On another blog - older2elder - I wrote about the advantage of bringing a mediator into potentially sensitive discussions between older parents & their adult family. To illustrate my point, I shared a story about my own family, an unfortunate communication breakdown between my Dad & one of my brothers that resulted in Mike moving to Australia instead of remaining here in Pennsylvania, working at Lockhart Lumber.
Fast forward 40+ years. John & I have a weekly date at Bell's Tavern, in Lambertville, NJ (good food at great prices, friends & staff who feel like family). Every week, we park around the corner, at Niece Lumber. Every week, I get the opportunity to reframe what happened between two men I love, to put a happy ending by tweaking their story.
Niece Lumber is what could have been - in an alternate reality - the outcome of Dad & Mike's head butt over a path forward for what might have been a family business.
In my reframed version, Mom reads an article in a Middle Atlantic Lumberman's Association magazine about professional mediators specializing in family businesses. (This is my reframe, so it's moot that they didn't exist back in the early '70s.) Over several days, when Dad comes home at night, he's greeted not only with a glass of sherry & a plate of cheese & crackers - it's Harvey's Bristol Cream sherry & slices of a lovely aged cheddar.
Mom makes sure the magazine is within his sight range. Later that evening, she wonders aloud if he'd read any of it. Did he see the article about this thing called mediators? Over the next few days, she builds off his grumbled "yes."
Slowly, never feeling pushed, Dad warms to the idea.
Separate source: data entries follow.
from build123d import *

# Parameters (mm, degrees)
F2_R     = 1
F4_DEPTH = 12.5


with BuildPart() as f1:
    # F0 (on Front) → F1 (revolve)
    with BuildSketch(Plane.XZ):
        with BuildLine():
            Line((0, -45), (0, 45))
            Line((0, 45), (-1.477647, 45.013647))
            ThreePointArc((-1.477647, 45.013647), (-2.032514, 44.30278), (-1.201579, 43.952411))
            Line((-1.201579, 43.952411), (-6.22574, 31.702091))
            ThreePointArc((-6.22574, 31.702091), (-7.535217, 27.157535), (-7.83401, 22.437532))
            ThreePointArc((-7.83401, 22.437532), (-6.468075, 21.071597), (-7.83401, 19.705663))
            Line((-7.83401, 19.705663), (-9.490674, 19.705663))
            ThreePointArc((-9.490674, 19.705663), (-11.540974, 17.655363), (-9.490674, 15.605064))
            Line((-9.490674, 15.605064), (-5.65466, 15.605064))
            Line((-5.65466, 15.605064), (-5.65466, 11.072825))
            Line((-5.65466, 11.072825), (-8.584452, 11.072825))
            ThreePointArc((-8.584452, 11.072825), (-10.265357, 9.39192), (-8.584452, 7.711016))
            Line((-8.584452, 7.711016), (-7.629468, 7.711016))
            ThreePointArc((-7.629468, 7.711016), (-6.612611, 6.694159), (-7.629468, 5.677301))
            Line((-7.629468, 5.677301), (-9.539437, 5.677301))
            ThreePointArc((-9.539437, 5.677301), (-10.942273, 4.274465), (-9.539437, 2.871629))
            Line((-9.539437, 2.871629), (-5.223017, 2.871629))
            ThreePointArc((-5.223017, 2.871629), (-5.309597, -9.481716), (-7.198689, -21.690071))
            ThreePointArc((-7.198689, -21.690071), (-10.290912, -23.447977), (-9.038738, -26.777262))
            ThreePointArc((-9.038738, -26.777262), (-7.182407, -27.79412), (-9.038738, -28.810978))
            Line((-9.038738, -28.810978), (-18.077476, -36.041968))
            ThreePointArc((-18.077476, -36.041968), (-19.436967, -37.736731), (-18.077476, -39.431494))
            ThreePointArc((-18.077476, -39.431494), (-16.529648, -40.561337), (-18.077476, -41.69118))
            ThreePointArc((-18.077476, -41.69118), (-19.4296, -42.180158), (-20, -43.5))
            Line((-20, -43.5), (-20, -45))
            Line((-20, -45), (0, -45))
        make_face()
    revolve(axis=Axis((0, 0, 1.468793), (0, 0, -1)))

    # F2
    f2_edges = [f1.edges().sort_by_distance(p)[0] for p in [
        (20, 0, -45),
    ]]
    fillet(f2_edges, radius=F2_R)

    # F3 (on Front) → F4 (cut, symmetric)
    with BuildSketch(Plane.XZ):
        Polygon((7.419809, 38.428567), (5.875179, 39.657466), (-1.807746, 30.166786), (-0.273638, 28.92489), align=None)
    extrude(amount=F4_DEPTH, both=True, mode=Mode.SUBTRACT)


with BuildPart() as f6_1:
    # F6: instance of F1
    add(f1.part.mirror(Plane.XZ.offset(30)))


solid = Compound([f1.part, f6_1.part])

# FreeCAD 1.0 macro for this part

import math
import FreeCAD as App
import Part
import Sketcher


def edges_at(feature, points):
    """Names of the edges that pass closest to the given points."""
    edges = feature.Shape.Edges
    near = lambda p: min(range(len(edges)), key=lambda i: edges[i].distToShape(Part.Vertex(*p))[0])
    return sorted({f"Edge{near(p) + 1}" for p in points})

doc = App.newDocument("Part")
body = doc.addObject("PartDesign::Body", "Body")

sketch1 = doc.addObject("Sketcher::SketchObject", "Sketch")
body.addObject(sketch1)
sketch1.AttachmentSupport = (doc.XZ_Plane, [""])
sketch1.MapMode = "FlatFace"
sketch1.addGeometry([
    Part.LineSegment(App.Vector(0, -45, 0), App.Vector(0, 45, 0)),
    Part.LineSegment(App.Vector(0, 45, 0), App.Vector(-1.477647, 45.013647, 0)),
    Part.ArcOfCircle(Part.Circle(App.Vector(-1.482892, 44.445757, 0), App.Vector(0, 0, 1), 0.567915), math.radians(89.470854), math.radians(299.69241)),
    Part.LineSegment(App.Vector(-1.201579, 43.952411, 0), App.Vector(-6.22574, 31.702091, 0)),
    Part.ArcOfCircle(Part.Circle(App.Vector(13.948639, 23.428072, 0), App.Vector(0, 0, 1), 21.805159), math.radians(157.700234), math.radians(182.603663)),
    Part.ArcOfCircle(Part.Circle(App.Vector(-7.834009, 21.071597, 0), App.Vector(0, 0, 1), 1.365935), math.radians(-90.000021), math.radians(90.000021)),
    Part.LineSegment(App.Vector(-7.83401, 19.705663, 0), App.Vector(-9.490674, 19.705663, 0)),
    Part.ArcOfCircle(Part.Circle(App.Vector(-9.490675, 17.655363, 0), App.Vector(0, 0, 1), 2.050299), math.radians(89.999986), math.radians(270.000014)),
    Part.LineSegment(App.Vector(-9.490674, 15.605064, 0), App.Vector(-5.65466, 15.605064, 0)),
    Part.LineSegment(App.Vector(-5.65466, 15.605064, 0), App.Vector(-5.65466, 11.072825, 0)),
    Part.LineSegment(App.Vector(-5.65466, 11.072825, 0), App.Vector(-8.584452, 11.072825, 0)),
    Part.ArcOfCircle(Part.Circle(App.Vector(-8.584452, 9.39192, 0), App.Vector(0, 0, 1), 1.680905), math.radians(89.999983), math.radians(270.000017)),
    Part.LineSegment(App.Vector(-8.584452, 7.711016, 0), App.Vector(-7.629468, 7.711016, 0)),
    Part.ArcOfCircle(Part.Circle(App.Vector(-7.629468, 6.694159, 0), App.Vector(0, 0, 1), 1.016857), math.radians(-89.999972), math.radians(89.999972)),
    Part.LineSegment(App.Vector(-7.629468, 5.677301, 0), App.Vector(-9.539437, 5.677301, 0)),
    Part.ArcOfCircle(Part.Circle(App.Vector(-9.539437, 4.274465, 0), App.Vector(0, 0, 1), 1.402836), math.radians(90), math.radians(270)),
    Part.LineSegment(App.Vector(-9.539437, 2.871629, 0), App.Vector(-5.223017, 2.871629, 0)),
    Part.ArcOfCircle(Part.Circle(App.Vector(-89.431939, -2.715158, 0), App.Vector(0, 0, 1), 84.394045), math.radians(-12.9933), math.radians(3.795689)),
    Part.ArcOfCircle(Part.Circle(App.Vector(-7.715566, -24.379486, 0), App.Vector(0, 0, 1), 2.738634), math.radians(79.121003), math.radians(241.108643)),
    Part.ArcOfCircle(Part.Circle(App.Vector(-8.389079, -27.79412, 0), App.Vector(0, 0, 1), 1.206672), math.radians(-122.574049), math.radians(122.574049)),
    Part.LineSegment(App.Vector(-9.038738, -28.810978, 0), App.Vector(-18.077476, -36.041968, 0)),
    Part.ArcOfCircle(Part.Circle(App.Vector(-17.700862, -37.736731, 0), App.Vector(0, 0, 1), 1.736105), math.radians(102.528798), math.radians(257.471202)),
    Part.ArcOfCircle(Part.Circle(App.Vector(-17.715929, -40.561337, 0), App.Vector(0, 0, 1), 1.186281), math.radians(-107.744562), math.radians(107.744562)),
    Part.ArcOfCircle(Part.Circle(App.Vector(-18.187818, -43.499999, 0), App.Vector(0, 0, 1), 1.812182), math.radians(86.509142), math.radians(180.000028)),
    Part.LineSegment(App.Vector(-20, -43.5, 0), App.Vector(-20, -45, 0)),
    Part.LineSegment(App.Vector(-20, -45, 0), App.Vector(0, -45, 0)),
], False)
sketch1.addConstraint([
    Sketcher.Constraint("Coincident", 0, 2, 1, 1),
    Sketcher.Constraint("Coincident", 1, 2, 2, 1),
    Sketcher.Constraint("Coincident", 2, 2, 3, 1),
    Sketcher.Constraint("Coincident", 3, 2, 4, 1),
    Sketcher.Constraint("Coincident", 4, 2, 5, 2),
    Sketcher.Constraint("Coincident", 5, 1, 6, 1),
    Sketcher.Constraint("Coincident", 6, 2, 7, 1),
    Sketcher.Constraint("Coincident", 7, 2, 8, 1),
    Sketcher.Constraint("Coincident", 8, 2, 9, 1),
    Sketcher.Constraint("Coincident", 9, 2, 10, 1),
    Sketcher.Constraint("Coincident", 10, 2, 11, 1),
    Sketcher.Constraint("Coincident", 11, 2, 12, 1),
    Sketcher.Constraint("Coincident", 12, 2, 13, 2),
    Sketcher.Constraint("Coincident", 13, 1, 14, 1),
    Sketcher.Constraint("Coincident", 14, 2, 15, 1),
    Sketcher.Constraint("Coincident", 15, 2, 16, 1),
    Sketcher.Constraint("Coincident", 16, 2, 17, 2),
    Sketcher.Constraint("Coincident", 17, 1, 18, 1),
    Sketcher.Constraint("Coincident", 18, 2, 19, 2),
    Sketcher.Constraint("Coincident", 19, 1, 20, 1),
    Sketcher.Constraint("Coincident", 20, 2, 21, 1),
    Sketcher.Constraint("Coincident", 21, 2, 22, 2),
    Sketcher.Constraint("Coincident", 22, 1, 23, 1),
    Sketcher.Constraint("Coincident", 23, 2, 24, 1),
    Sketcher.Constraint("Coincident", 24, 2, 25, 1),
    Sketcher.Constraint("Coincident", 25, 2, 0, 1),
    Sketcher.Constraint("Vertical", 0),
    Sketcher.Constraint("Horizontal", 6),
    Sketcher.Constraint("Horizontal", 8),
    Sketcher.Constraint("Vertical", 9),
    Sketcher.Constraint("Horizontal", 10),
    Sketcher.Constraint("Horizontal", 12),
    Sketcher.Constraint("Horizontal", 14),
    Sketcher.Constraint("Horizontal", 16),
    Sketcher.Constraint("Vertical", 24),
    Sketcher.Constraint("Horizontal", 25),
    Sketcher.Constraint("PointOnObject", 0, 2, -2),
    Sketcher.Constraint("DistanceX", 25, 1, 25, 2, 20.0),
    Sketcher.Constraint("DistanceY", 0, 1, 0, 2, 90.0),
    Sketcher.Constraint("DistanceY", 24, 2, 24, 1, 1.5),
    Sketcher.Constraint("DistanceY", -1, 1, 0, 2, 45.0),
    Sketcher.Constraint("DistanceY", 23, 3, -1, 1, 43.499999),
    Sketcher.Constraint("Radius", 7, 2.050299),
    Sketcher.Constraint("Radius", 4, 21.805159),
    Sketcher.Constraint("Radius", 19, 1.206672),
    Sketcher.Constraint("Radius", 22, 1.186281),
    Sketcher.Constraint("Radius", 23, 1.812182),
    Sketcher.Constraint("Radius", 2, 0.567915),
    Sketcher.Constraint("Radius", 5, 1.365935),
    Sketcher.Constraint("Radius", 11, 1.680905),
    Sketcher.Constraint("Radius", 13, 1.016857),
    Sketcher.Constraint("Radius", 15, 1.402836),
    Sketcher.Constraint("Radius", 17, 84.394045),
    Sketcher.Constraint("Radius", 18, 2.738634),
    Sketcher.Constraint("Radius", 21, 1.736105),
    Sketcher.Constraint("DistanceX", 14, 2, 14, 1, 1.909969),
    Sketcher.Constraint("DistanceX", 16, 1, 16, 2, 4.31642),
    Sketcher.Constraint("DistanceY", 9, 2, 9, 1, 4.532239),
    Sketcher.Constraint("DistanceY", -1, 1, 13, 1, 5.677301),
    Sketcher.Constraint("DistanceY", 13, 3, 2, 3, 37.751598),
    Sketcher.Constraint("Distance", 1, 1.47771),
    Sketcher.Constraint("DistanceX", 6, 2, 6, 1, 1.656664),
    Sketcher.Constraint("DistanceX", 8, 1, 8, 2, 3.836014),
    Sketcher.Constraint("DistanceX", 10, 2, 10, 1, 2.929792),
    Sketcher.Constraint("DistanceX", 12, 1, 12, 2, 0.954984),
    Sketcher.Constraint("DistanceX", 2, 3, -1, 1, 1.482892),
    Sketcher.Constraint("DistanceX", -1, 1, 4, 3, 13.948639),
    Sketcher.Constraint("DistanceY", -1, 1, 4, 3, 23.428072),
    Sketcher.Constraint("DistanceX", 5, 3, -1, 1, 7.834009),
    Sketcher.Constraint("DistanceX", 13, 3, -1, 1, 7.629468),
    Sketcher.Constraint("DistanceX", 17, 3, -1, 1, 89.431939),
    Sketcher.Constraint("DistanceX", 19, 3, -1, 1, 8.389079),
    Sketcher.Constraint("DistanceY", 19, 3, -1, 1, 27.79412),
    Sketcher.Constraint("DistanceY", 21, 3, -1, 1, 37.736731),
    Sketcher.Constraint("DistanceX", 22, 3, -1, 1, 17.715929),
    Sketcher.Constraint("DistanceX", 2, 2, -1, 1, 1.201579),
    Sketcher.Constraint("DistanceX", 3, 2, -1, 1, 6.22574),
    Sketcher.Constraint("DistanceX", 5, 1, -1, 1, 7.83401),
    Sketcher.Constraint("DistanceX", 8, 2, -1, 1, 5.65466),
    Sketcher.Constraint("DistanceX", 17, 1, -1, 1, 7.198689),
    Sketcher.Constraint("DistanceY", 17, 1, -1, 1, 21.690071),
    Sketcher.Constraint("DistanceY", 18, 2, -1, 1, 26.777262),
    Sketcher.Constraint("DistanceY", 22, 1, -1, 1, 41.69118),
    Sketcher.Constraint("DistanceX", 11, 3, 4, 3, 22.533091),
    Sketcher.Constraint("DistanceX", 15, 3, 13, 3, 1.909968),
    Sketcher.Constraint("DistanceX", 7, 3, 18, 3, 1.775108),
    Sketcher.Constraint("DistanceX", 21, 3, 11, 3, 9.11641),
    Sketcher.Constraint("DistanceX", 12, 2, 9, 2, 1.974808),
    Sketcher.Constraint("DistanceX", 15, 3, 13, 1, 1.909969),
    Sketcher.Constraint("DistanceX", 19, 1, 19, 3, 0.649659),
    Sketcher.Constraint("DistanceY", 22, 3, 20, 2, 4.519369),
])
revolution = doc.addObject("PartDesign::Revolution", "Revolution")
body.addObject(revolution)
revolution.Profile = sketch1
revolution.ReferenceAxis = (sketch1, ["V_Axis"])
revolution.Angle = 360
doc.recompute()

fillet = doc.addObject("PartDesign::Fillet", "Fillet")
body.addObject(fillet)
fillet.Base = (revolution, edges_at(revolution, [(20, 0, -45)]))
fillet.Radius = 1

sketch2 = doc.addObject("Sketcher::SketchObject", "Sketch001")
body.addObject(sketch2)
sketch2.AttachmentSupport = (doc.XZ_Plane, [""])
sketch2.MapMode = "FlatFace"
sketch2.addGeometry([
    Part.LineSegment(App.Vector(7.419809, 38.428567, 0), App.Vector(5.875179, 39.657466, 0)),
    Part.LineSegment(App.Vector(5.875179, 39.657466, 0), App.Vector(-1.807746, 30.166786, 0)),
    Part.LineSegment(App.Vector(-1.807746, 30.166786, 0), App.Vector(-0.273638, 28.92489, 0)),
    Part.LineSegment(App.Vector(-0.273638, 28.92489, 0), App.Vector(7.419809, 38.428567, 0)),
], False)
sketch2.addConstraint([
    Sketcher.Constraint("Coincident", 0, 2, 1, 1),
    Sketcher.Constraint("Coincident", 1, 2, 2, 1),
    Sketcher.Constraint("Coincident", 2, 2, 3, 1),
    Sketcher.Constraint("Coincident", 3, 2, 0, 1),
    Sketcher.Constraint("Perpendicular", 1, 2),
    Sketcher.Constraint("Perpendicular", 2, 3),
    Sketcher.Constraint("DistanceY", 3, 2, 0, 2, 1.228899),
    Sketcher.Constraint("DistanceX", -1, 1, 0, 2, 5.875179),
    Sketcher.Constraint("DistanceY", -1, 1, 2, 2, 28.92489),
    Sketcher.Constraint("DistanceX", -1, 1, 3, 2, 7.419809),
    Sketcher.Constraint("DistanceY", 1, 2, 0, 2, 9.49068),
    Sketcher.Constraint("Distance", 1, 12.210665),
])
pocket1 = doc.addObject("PartDesign::Pocket", "Pocket")
body.addObject(pocket1)
pocket1.Profile = sketch2
pocket1.Length = 25
pocket1.Midplane = True
body2 = doc.addObject("PartDesign::Body", "Body001")
doc.recompute()

mirroring = doc.addObject("Part::Mirroring", "Mirroring")
mirroring.Source = body
mirroring.Base = App.Vector(0, -30, 0)
mirroring.Normal = App.Vector(0, -1, 0)
body2.BaseFeature = mirroring
doc.recompute()
mirroring.Visibility = False

doc.recompute()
At the same time she was introducing the idea to Dad, Mom was also talking to Kerry. Kerry had a lot invested in Mike becoming more established in the business - she wanted to start a family & it couldn't happen until the two of them had a more secure idea of what their future held.
Mom believed that Kerry, a nurse (who would become a brilliant counselor back in Australia) & very practical person, would appreciate the advantages of having a disinterested person facilitating a productive discussion about what lay ahead for Lockhart Lumber.
After many sessions with the mediator, Dad & Mike come up with a business plan that satisfies both of them. Mike would look for a new location - one they could buy - and Kerry would come on board as an office manager, leaving Dad free to do the millwork, design & cabinet-making that he loved. Once they moved to the larger facility, they'd hire a second mill man & apprentice a designer/cabinet-maker to work with Dad. Over time, most of the business decisions would be Mike's responsibility, leaving Dad time to step back from day-to-day management while still having an important voice.
The new direction has Mom happy, because she & Dad have more time to enjoy each other. Kerry & Mike are free to start their family AND grow the business in the visionary way that once seemed overly ambition to Dad. Even Dad stops grumbling - not only can he take time to go on trips with Mom, the business doubles over the first year under the new business plan. His confidence in Mike & Kerry grows as their strong business partnership brings in greater sales & satisfied customers.
In my reframe, the business ends up like Niece Lumber. The main office building is Mike & Kerry's domain, where customers & contractors feel like their needs are understood & expectations exceeded. Framed certificates proclaiming "Best lumberyard ...." decorate the wall, along with newspaper clippings.
If anyone has a question about design or something Mike can't handle, they head over to the other office building, where Dad & other designers handle the special cabinetry orders. They have their own set of "Best of woodworking..." citations on the wall, along with framed articles from Philadelphia, House Beautiful & Dwell magazines.
The lumberyard itself is kept in the apple pie order that makes Mike's heart sing, and he steers clear of interfering when it comes to Dad's domain.
Dad finds himself happy to retire from full-time involvement in the day-to-day business. Now, with Mom by his side, he's the one researching new techniques & visiting major suppliers, a personal touch that gives the business a key advantage over lumber mega stores.
Lockhart Lumber builds on the reputation Dad established from the beginning - not the cheapest, but definitely the best.
When Dad dies at 68 (it's my reframe & I choose to give Dad an extra five years!, the transition is already completed. Mom is not only left financially secure, she has the joy of her grandchildren & a strong relationship with her son & daughter-in-law.
I get to run through a version of that reframe once a week, every time the car pulls up to the main office building at Niece Lumber, every time John & I stroll the tow path, past the tidy prosperous lumberyard.
It doesn't change reality, but somehow makes me feel better. And who knows - if family mediation had been mainstream back then, that just might have happened!